● **WHAT IS REQUIRED**:
Begin at the first line below and copy each line exactly, ending with the line where "f 169 168 181" appears.

##### RECORD EXCERPTS #####

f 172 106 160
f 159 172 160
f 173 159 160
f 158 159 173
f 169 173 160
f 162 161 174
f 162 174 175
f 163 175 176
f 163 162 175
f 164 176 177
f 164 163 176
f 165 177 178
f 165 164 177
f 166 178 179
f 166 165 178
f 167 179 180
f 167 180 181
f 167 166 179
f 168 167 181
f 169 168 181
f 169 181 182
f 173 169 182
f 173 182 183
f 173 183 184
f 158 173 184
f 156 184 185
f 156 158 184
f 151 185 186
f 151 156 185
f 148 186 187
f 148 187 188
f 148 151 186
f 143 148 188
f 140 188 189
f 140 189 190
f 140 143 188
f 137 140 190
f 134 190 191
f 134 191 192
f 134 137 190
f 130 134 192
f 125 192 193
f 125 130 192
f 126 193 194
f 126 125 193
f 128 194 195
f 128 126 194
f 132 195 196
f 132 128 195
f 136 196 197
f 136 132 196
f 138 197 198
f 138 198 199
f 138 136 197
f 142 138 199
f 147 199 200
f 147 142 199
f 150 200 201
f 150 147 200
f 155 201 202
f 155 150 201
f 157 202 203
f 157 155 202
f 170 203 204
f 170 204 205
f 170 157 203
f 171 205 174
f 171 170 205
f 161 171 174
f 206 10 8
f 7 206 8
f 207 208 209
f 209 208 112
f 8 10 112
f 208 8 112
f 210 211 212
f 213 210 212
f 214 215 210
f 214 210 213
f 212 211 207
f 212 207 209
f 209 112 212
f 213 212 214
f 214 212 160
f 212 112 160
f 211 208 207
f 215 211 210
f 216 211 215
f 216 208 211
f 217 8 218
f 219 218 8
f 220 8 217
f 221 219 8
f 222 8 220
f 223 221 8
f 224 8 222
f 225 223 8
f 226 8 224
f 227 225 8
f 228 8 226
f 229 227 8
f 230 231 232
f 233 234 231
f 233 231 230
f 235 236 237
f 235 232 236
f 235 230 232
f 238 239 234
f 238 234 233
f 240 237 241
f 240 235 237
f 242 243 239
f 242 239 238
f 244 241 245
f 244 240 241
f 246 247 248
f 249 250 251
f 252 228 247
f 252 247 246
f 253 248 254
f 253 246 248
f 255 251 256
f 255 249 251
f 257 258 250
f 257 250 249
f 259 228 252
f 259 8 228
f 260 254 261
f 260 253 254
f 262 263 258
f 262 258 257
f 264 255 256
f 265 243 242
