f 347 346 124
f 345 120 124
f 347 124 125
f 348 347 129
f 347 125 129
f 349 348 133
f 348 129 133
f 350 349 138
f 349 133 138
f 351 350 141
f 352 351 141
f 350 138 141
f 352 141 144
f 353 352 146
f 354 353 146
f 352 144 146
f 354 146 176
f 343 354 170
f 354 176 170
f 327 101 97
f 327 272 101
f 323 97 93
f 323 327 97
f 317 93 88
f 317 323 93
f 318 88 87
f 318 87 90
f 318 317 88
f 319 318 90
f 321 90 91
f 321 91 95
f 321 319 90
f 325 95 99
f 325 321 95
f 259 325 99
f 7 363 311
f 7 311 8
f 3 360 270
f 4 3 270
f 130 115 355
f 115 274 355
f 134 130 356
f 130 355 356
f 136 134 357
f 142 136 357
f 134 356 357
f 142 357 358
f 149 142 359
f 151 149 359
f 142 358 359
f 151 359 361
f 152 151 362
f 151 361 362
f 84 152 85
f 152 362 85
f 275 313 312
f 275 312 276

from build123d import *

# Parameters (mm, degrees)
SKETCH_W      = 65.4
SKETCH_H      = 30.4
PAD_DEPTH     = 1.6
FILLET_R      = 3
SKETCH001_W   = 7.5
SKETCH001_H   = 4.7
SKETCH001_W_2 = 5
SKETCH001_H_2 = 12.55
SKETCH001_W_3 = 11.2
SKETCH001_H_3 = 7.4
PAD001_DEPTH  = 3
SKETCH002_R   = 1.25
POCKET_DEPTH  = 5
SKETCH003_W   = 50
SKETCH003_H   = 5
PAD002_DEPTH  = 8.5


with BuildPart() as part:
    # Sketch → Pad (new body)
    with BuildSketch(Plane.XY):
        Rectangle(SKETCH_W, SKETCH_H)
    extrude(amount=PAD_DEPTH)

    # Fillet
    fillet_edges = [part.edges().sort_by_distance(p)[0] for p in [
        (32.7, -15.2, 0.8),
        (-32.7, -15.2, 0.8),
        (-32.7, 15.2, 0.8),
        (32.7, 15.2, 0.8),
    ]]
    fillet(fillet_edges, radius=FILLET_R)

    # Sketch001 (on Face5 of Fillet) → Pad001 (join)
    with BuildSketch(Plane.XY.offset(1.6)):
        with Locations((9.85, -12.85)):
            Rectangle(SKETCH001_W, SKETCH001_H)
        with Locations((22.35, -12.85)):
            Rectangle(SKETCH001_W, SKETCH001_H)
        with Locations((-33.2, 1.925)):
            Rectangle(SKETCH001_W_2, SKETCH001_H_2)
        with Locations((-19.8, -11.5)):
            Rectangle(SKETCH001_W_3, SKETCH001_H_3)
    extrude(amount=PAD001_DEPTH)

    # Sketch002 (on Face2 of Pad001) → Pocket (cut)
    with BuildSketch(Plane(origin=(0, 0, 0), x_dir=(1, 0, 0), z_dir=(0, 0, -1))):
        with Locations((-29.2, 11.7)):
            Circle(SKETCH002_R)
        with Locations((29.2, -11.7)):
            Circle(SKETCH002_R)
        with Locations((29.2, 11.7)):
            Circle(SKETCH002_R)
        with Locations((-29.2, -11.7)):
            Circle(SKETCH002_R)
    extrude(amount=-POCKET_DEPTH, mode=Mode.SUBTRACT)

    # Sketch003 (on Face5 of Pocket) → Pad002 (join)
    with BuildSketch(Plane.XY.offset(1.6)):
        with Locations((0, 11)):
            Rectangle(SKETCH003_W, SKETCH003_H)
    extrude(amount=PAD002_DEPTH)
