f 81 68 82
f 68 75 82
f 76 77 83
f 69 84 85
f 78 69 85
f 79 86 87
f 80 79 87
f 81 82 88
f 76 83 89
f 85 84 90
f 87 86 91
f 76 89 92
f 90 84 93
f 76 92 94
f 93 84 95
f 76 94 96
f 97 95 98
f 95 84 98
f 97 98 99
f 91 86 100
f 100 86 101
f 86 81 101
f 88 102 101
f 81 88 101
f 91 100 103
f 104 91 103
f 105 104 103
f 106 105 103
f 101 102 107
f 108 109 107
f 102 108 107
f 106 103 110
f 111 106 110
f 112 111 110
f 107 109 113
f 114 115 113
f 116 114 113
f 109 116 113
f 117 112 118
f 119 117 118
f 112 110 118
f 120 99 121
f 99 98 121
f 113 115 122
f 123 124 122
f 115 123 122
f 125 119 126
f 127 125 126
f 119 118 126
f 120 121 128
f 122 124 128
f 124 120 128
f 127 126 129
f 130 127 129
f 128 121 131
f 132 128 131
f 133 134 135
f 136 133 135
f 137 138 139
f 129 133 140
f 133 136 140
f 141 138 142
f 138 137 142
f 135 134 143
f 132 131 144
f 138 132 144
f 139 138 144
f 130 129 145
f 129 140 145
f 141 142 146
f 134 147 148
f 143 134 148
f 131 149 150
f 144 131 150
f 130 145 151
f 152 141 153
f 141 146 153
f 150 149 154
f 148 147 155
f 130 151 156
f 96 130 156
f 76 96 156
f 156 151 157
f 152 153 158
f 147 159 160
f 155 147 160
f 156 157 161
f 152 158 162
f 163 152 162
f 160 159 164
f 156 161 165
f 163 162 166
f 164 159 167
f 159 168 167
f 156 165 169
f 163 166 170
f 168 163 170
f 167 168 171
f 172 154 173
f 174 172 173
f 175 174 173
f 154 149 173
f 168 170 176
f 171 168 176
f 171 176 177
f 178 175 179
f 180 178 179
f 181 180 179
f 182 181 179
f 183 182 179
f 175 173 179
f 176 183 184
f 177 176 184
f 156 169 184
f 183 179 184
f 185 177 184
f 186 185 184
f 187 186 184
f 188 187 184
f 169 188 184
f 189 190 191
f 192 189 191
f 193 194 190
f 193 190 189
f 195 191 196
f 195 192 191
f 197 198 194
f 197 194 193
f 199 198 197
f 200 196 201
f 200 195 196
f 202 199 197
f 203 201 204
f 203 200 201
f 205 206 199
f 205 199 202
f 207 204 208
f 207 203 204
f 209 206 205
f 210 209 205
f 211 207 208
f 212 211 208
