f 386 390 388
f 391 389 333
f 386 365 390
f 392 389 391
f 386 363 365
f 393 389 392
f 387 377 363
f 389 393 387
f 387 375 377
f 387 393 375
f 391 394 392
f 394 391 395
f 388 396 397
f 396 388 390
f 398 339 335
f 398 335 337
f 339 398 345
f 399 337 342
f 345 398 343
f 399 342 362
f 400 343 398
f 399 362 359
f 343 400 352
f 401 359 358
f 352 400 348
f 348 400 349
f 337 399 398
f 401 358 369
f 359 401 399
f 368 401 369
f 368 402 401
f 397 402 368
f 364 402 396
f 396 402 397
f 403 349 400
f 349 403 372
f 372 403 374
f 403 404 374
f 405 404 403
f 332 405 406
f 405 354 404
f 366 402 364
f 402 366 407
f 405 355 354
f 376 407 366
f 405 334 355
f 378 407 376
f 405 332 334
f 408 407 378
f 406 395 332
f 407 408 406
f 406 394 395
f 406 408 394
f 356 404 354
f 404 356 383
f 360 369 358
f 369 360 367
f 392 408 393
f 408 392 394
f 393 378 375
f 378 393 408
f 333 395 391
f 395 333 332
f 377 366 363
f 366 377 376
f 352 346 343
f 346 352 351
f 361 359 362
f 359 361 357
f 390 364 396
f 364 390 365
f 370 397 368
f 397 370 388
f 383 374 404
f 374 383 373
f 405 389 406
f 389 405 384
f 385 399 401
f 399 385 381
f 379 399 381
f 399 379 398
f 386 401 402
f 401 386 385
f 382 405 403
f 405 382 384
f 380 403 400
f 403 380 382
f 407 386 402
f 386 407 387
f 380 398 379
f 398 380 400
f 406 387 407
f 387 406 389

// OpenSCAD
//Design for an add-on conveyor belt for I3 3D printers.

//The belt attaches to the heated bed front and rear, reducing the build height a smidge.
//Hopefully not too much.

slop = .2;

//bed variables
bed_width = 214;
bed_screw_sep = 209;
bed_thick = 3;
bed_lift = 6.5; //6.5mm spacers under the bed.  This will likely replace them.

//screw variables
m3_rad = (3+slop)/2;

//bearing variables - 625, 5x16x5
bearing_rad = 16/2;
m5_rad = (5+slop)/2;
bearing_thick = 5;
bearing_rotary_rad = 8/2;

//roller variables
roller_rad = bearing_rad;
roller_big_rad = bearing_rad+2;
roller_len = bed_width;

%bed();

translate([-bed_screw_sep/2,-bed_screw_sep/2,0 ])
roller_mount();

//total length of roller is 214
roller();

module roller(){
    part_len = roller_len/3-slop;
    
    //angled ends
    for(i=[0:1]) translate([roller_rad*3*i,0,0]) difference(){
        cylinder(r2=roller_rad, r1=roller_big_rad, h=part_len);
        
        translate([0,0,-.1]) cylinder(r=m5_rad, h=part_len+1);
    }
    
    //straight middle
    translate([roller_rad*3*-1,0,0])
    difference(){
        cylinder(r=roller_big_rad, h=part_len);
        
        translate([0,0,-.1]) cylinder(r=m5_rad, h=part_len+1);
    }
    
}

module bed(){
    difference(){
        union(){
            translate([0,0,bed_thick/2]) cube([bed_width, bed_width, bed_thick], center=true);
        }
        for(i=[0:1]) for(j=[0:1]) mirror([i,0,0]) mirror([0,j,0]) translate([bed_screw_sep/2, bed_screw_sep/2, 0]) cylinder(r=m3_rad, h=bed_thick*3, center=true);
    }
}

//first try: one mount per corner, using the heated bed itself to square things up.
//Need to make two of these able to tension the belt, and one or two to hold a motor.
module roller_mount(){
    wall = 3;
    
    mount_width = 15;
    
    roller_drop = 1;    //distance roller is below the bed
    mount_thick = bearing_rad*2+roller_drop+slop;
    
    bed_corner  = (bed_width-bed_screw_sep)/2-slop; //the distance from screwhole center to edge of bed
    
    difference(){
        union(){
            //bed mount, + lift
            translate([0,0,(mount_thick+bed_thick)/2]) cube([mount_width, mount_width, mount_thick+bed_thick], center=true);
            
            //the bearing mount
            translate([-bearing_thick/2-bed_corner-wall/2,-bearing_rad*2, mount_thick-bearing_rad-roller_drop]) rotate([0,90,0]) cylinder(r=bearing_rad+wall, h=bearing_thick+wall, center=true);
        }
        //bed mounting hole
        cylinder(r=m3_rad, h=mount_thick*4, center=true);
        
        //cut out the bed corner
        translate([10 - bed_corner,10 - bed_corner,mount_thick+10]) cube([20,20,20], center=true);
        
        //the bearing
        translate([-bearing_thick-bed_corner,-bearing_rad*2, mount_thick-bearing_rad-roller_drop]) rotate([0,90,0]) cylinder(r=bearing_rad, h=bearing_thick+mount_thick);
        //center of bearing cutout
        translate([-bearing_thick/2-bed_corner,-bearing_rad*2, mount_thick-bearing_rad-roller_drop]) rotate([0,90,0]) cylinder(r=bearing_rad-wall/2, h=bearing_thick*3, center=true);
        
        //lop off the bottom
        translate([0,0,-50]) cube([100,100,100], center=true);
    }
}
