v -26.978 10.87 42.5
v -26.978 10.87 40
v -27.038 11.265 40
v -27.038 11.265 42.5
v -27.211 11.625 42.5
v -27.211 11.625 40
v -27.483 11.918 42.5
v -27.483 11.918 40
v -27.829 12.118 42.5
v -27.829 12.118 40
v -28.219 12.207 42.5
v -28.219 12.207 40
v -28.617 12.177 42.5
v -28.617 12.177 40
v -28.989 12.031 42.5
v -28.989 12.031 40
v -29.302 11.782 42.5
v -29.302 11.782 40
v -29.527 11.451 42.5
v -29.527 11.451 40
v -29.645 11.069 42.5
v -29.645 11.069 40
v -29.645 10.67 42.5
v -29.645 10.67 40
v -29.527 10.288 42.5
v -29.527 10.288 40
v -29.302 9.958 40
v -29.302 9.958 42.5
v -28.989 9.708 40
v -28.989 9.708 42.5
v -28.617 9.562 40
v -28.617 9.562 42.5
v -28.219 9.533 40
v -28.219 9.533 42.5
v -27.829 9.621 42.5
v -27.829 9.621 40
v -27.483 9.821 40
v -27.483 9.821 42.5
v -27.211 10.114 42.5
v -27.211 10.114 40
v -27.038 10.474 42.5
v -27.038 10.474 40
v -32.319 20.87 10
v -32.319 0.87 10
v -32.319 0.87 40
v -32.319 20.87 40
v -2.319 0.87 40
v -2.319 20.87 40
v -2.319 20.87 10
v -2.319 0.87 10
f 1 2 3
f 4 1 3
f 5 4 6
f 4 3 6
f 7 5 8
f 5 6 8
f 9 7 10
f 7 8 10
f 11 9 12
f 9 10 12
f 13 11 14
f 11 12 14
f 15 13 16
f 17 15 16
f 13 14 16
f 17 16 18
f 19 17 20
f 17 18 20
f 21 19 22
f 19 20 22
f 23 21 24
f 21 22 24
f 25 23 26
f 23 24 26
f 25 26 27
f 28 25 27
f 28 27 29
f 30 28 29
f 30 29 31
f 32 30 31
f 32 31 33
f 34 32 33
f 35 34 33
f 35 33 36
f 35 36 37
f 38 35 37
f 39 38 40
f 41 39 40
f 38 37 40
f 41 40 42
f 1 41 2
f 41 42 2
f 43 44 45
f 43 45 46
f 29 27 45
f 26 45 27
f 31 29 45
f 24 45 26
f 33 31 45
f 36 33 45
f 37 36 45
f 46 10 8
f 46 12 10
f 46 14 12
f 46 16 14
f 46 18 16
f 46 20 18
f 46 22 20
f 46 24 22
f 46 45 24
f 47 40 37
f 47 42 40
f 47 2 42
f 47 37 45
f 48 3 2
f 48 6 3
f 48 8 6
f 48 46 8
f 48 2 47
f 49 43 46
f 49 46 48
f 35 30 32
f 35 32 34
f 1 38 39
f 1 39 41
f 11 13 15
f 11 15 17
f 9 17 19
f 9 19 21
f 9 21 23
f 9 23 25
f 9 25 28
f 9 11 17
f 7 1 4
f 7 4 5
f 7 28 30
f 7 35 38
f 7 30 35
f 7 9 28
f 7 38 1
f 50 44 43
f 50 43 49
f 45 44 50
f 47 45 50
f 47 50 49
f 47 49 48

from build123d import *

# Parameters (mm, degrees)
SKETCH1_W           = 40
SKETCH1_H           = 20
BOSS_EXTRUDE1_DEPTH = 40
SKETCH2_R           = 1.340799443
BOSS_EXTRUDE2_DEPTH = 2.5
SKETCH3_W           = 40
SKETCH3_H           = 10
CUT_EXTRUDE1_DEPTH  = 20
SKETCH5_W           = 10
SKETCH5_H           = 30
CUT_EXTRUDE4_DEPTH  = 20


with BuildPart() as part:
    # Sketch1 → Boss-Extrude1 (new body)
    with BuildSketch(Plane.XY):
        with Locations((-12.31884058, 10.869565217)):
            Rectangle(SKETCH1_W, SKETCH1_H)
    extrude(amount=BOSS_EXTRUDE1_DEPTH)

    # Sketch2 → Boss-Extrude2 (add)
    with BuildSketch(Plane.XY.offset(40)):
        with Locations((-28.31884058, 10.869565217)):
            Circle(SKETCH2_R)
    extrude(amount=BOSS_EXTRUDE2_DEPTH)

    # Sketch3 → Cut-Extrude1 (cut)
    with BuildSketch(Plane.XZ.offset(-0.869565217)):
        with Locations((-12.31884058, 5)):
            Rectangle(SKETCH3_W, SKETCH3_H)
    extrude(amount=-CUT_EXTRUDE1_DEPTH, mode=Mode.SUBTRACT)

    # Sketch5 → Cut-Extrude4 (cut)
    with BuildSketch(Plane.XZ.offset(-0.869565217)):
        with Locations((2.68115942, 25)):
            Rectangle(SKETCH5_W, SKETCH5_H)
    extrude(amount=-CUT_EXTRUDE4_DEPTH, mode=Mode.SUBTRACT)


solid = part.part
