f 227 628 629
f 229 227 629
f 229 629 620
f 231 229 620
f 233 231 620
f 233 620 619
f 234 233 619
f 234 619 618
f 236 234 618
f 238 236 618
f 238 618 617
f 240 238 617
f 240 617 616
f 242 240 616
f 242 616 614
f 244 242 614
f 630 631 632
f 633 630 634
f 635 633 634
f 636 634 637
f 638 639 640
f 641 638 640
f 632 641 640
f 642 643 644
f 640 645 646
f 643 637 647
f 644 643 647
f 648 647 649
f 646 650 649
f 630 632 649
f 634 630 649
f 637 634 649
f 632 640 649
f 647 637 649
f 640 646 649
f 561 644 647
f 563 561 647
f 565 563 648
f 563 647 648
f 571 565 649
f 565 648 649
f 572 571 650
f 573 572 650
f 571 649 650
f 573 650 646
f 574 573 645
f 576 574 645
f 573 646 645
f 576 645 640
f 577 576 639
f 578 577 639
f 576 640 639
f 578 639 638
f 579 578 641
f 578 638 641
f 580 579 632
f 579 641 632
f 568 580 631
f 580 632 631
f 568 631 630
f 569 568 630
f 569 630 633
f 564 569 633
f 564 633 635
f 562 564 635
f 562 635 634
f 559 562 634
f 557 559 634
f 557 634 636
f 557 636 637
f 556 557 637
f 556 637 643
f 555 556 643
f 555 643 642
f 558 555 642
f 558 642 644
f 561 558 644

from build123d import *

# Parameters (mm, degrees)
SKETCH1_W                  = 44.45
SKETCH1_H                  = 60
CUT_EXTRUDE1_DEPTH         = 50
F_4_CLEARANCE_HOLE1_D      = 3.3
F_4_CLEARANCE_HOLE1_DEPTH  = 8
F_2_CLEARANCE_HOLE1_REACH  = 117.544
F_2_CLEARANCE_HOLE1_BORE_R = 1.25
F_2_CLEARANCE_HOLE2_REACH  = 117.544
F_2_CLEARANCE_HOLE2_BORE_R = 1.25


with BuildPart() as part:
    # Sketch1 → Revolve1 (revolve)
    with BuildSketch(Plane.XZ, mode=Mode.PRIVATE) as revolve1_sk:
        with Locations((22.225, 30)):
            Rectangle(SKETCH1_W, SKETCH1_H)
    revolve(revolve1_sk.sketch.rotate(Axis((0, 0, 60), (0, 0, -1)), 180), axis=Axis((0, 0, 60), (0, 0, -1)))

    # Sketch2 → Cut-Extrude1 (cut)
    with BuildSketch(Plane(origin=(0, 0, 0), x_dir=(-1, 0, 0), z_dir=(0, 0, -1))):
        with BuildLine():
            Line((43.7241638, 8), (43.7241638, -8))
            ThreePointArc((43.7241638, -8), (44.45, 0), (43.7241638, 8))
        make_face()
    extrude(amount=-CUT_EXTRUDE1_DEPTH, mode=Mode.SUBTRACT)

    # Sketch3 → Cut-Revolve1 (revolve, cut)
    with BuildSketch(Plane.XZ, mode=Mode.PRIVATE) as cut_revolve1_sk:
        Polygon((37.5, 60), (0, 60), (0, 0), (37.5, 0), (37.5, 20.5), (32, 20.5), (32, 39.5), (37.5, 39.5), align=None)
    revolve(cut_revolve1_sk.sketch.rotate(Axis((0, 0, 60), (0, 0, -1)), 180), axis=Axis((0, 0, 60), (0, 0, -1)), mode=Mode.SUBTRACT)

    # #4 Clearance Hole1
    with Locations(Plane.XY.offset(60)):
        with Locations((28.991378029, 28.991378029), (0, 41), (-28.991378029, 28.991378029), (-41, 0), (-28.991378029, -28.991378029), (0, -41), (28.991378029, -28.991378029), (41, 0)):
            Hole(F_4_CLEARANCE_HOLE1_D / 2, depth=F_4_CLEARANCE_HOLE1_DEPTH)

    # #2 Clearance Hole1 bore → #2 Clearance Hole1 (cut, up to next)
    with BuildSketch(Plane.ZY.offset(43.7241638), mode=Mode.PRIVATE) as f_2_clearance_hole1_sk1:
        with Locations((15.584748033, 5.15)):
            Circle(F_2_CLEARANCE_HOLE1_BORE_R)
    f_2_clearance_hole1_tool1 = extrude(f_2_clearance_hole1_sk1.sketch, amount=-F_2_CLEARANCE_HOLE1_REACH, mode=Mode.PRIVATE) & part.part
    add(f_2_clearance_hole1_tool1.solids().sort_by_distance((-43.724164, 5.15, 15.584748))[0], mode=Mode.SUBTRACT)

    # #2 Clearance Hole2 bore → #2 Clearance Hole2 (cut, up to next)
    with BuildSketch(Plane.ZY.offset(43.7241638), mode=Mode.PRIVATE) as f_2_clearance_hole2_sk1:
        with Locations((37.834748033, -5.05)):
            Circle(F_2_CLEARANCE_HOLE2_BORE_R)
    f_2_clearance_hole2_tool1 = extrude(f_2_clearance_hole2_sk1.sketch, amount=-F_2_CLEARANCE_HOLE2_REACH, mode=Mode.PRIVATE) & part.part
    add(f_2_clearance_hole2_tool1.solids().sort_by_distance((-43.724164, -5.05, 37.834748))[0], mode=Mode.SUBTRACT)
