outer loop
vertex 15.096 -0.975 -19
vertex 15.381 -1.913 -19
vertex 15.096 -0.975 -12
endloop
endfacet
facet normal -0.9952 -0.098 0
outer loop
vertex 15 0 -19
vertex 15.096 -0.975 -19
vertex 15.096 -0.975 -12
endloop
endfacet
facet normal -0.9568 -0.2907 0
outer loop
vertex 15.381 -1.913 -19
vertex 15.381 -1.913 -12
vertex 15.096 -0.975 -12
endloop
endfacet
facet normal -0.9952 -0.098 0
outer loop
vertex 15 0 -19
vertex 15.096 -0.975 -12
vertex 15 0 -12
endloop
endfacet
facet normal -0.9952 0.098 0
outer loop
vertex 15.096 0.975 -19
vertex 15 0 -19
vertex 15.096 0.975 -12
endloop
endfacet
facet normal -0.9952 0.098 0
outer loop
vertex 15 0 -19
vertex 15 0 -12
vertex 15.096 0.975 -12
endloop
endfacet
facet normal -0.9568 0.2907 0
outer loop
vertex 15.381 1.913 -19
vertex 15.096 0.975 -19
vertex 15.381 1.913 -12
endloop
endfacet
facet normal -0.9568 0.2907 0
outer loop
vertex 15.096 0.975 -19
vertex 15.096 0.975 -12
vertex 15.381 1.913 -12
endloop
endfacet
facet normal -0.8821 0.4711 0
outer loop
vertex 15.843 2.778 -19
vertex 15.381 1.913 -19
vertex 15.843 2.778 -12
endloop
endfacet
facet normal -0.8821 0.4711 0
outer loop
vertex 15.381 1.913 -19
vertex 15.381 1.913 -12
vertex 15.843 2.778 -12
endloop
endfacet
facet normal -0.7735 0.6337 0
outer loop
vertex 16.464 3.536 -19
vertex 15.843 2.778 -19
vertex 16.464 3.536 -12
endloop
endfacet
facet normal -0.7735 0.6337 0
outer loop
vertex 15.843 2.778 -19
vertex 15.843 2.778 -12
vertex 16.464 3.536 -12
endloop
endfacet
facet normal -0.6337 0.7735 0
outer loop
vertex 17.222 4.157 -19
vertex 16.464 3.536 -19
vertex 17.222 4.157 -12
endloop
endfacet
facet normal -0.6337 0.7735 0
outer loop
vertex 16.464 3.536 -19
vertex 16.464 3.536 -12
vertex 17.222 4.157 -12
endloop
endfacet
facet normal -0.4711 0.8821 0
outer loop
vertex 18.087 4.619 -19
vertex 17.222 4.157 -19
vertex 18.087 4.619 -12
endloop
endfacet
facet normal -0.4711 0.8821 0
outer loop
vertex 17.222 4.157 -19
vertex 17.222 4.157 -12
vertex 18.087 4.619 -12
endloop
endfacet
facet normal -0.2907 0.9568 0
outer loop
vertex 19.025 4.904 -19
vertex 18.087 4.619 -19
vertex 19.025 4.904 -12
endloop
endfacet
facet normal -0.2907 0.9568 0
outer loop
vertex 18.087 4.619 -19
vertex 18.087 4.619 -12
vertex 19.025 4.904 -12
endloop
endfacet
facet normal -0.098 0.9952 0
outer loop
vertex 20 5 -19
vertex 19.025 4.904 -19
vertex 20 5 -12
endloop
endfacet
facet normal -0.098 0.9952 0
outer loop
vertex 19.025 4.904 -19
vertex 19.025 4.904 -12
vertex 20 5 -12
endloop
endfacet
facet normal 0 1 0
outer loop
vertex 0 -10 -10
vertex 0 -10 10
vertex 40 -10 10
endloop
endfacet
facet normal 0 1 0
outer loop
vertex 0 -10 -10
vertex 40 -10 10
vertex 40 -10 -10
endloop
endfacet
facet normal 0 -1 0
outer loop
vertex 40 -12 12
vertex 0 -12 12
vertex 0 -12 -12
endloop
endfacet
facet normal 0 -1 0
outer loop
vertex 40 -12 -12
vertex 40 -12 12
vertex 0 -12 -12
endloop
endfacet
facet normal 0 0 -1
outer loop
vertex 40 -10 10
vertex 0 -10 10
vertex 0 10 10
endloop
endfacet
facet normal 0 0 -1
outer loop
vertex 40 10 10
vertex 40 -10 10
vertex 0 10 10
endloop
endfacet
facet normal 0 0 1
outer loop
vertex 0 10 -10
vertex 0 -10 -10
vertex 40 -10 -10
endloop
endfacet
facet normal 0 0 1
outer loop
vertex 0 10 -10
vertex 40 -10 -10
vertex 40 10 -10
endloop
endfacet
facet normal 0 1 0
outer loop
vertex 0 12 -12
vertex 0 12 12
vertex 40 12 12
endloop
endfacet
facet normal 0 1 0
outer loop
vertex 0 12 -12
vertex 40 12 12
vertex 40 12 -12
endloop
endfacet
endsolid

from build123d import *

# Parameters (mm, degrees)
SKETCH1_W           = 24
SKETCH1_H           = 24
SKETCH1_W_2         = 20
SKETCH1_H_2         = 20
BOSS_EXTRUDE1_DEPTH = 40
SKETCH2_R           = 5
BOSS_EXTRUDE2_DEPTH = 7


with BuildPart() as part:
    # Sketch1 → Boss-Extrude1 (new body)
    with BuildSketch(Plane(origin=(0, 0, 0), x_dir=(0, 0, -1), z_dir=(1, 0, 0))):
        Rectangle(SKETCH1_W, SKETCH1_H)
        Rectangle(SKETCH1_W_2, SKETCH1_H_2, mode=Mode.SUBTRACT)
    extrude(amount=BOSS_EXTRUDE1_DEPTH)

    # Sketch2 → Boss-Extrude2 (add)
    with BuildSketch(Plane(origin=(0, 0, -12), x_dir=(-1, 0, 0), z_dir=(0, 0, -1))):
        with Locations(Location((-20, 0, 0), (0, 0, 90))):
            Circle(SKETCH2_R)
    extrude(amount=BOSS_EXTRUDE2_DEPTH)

#####

● **ANSWER FOR THIS EXERCISE**:
f 172 106 160
f 159 172 160
f 173 159 160
f 158 159 173
f 169 173 160
f 162 161 174
f 162 174 175
f 163 175 176
f 163 162 175
f 164 176 177
f 164 163 176
f 165 177 178
f 165 164 177
f 166 178 179
f 166 165 178
f 167 179 180
f 167 180 181
f 167 166 179
f 168 167 181
f 169 168 181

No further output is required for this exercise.